▶ _PROMPT_
Below are records; reproduce exactly the lines from the one that has "f 151 371 369" through the one that has "circle A6 centre", ends included, and nothing more.

+++ RECORD EXTRACTS +++

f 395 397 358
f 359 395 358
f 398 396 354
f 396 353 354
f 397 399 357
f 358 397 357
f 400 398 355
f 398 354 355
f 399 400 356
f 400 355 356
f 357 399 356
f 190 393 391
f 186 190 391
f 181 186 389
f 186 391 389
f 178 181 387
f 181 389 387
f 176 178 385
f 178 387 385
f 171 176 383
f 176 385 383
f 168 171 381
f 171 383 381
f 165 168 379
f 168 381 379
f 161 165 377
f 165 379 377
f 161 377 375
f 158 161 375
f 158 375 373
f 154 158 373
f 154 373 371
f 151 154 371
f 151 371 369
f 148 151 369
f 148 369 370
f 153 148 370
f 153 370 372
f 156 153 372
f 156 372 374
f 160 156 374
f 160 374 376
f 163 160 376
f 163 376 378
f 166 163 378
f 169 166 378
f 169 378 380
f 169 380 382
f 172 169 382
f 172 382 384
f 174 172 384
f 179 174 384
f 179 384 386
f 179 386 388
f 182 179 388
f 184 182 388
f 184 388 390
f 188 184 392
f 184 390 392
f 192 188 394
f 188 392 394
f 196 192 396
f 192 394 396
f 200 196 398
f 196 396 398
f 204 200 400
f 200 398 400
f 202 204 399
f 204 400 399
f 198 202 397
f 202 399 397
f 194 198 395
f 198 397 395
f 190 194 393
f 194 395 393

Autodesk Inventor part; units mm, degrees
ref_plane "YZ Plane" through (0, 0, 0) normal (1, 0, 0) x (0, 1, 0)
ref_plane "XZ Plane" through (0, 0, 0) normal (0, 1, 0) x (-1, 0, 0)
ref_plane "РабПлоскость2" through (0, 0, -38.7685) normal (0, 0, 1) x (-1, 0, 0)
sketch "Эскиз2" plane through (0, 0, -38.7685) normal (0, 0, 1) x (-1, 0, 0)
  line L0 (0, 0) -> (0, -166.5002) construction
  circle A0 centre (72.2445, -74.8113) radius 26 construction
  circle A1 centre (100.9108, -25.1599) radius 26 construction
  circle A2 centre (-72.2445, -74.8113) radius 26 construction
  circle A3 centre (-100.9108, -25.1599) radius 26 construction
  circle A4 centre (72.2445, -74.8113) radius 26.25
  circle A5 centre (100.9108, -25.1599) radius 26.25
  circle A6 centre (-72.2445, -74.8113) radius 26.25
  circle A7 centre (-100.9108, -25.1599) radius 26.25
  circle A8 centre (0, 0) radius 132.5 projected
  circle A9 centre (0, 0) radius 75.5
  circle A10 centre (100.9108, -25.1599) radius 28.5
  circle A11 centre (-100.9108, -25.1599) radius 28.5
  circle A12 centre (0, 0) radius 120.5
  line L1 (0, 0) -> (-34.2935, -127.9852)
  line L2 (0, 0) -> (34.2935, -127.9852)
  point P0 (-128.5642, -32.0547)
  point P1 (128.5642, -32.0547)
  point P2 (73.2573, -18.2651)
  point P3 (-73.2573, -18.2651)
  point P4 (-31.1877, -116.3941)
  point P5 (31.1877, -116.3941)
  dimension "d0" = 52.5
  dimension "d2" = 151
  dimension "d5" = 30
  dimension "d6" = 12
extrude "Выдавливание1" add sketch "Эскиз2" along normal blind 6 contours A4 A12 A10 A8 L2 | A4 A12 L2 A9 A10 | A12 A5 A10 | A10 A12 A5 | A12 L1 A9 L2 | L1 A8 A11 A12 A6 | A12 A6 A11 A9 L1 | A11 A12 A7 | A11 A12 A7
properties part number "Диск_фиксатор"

+++

▶ _ANSWER BOX_
f 151 371 369
f 148 151 369
f 148 369 370
f 153 148 370
f 153 370 372
f 156 153 372
f 156 372 374
f 160 156 374
f 160 374 376
f 163 160 376
f 163 376 378
f 166 163 378
f 169 166 378
f 169 378 380
f 169 380 382
f 172 169 382
f 172 382 384
f 174 172 384
f 179 174 384
f 179 384 386
f 179 386 388
f 182 179 388
f 184 182 388
f 184 388 390
f 188 184 392
f 184 390 392
f 192 188 394
f 188 392 394
f 196 192 396
f 192 394 396
f 200 196 398
f 196 396 398
f 204 200 400
f 200 398 400
f 202 204 399
f 204 400 399
f 198 202 397
f 202 399 397
f 194 198 395
f 198 397 395
f 190 194 393
f 194 395 393

Autodesk Inventor part; units mm, degrees
ref_plane "YZ Plane" through (0, 0, 0) normal (1, 0, 0) x (0, 1, 0)
ref_plane "XZ Plane" through (0, 0, 0) normal (0, 1, 0) x (-1, 0, 0)
ref_plane "РабПлоскость2" through (0, 0, -38.7685) normal (0, 0, 1) x (-1, 0, 0)
sketch "Эскиз2" plane through (0, 0, -38.7685) normal (0, 0, 1) x (-1, 0, 0)
  line L0 (0, 0) -> (0, -166.5002) construction
  circle A0 centre (72.2445, -74.8113) radius 26 construction
  circle A1 centre (100.9108, -25.1599) radius 26 construction
  circle A2 centre (-72.2445, -74.8113) radius 26 construction
  circle A3 centre (-100.9108, -25.1599) radius 26 construction
  circle A4 centre (72.2445, -74.8113) radius 26.25
  circle A5 centre (100.9108, -25.1599) radius 26.25
  circle A6 centre (-72.2445, -74.8113) radius 26.25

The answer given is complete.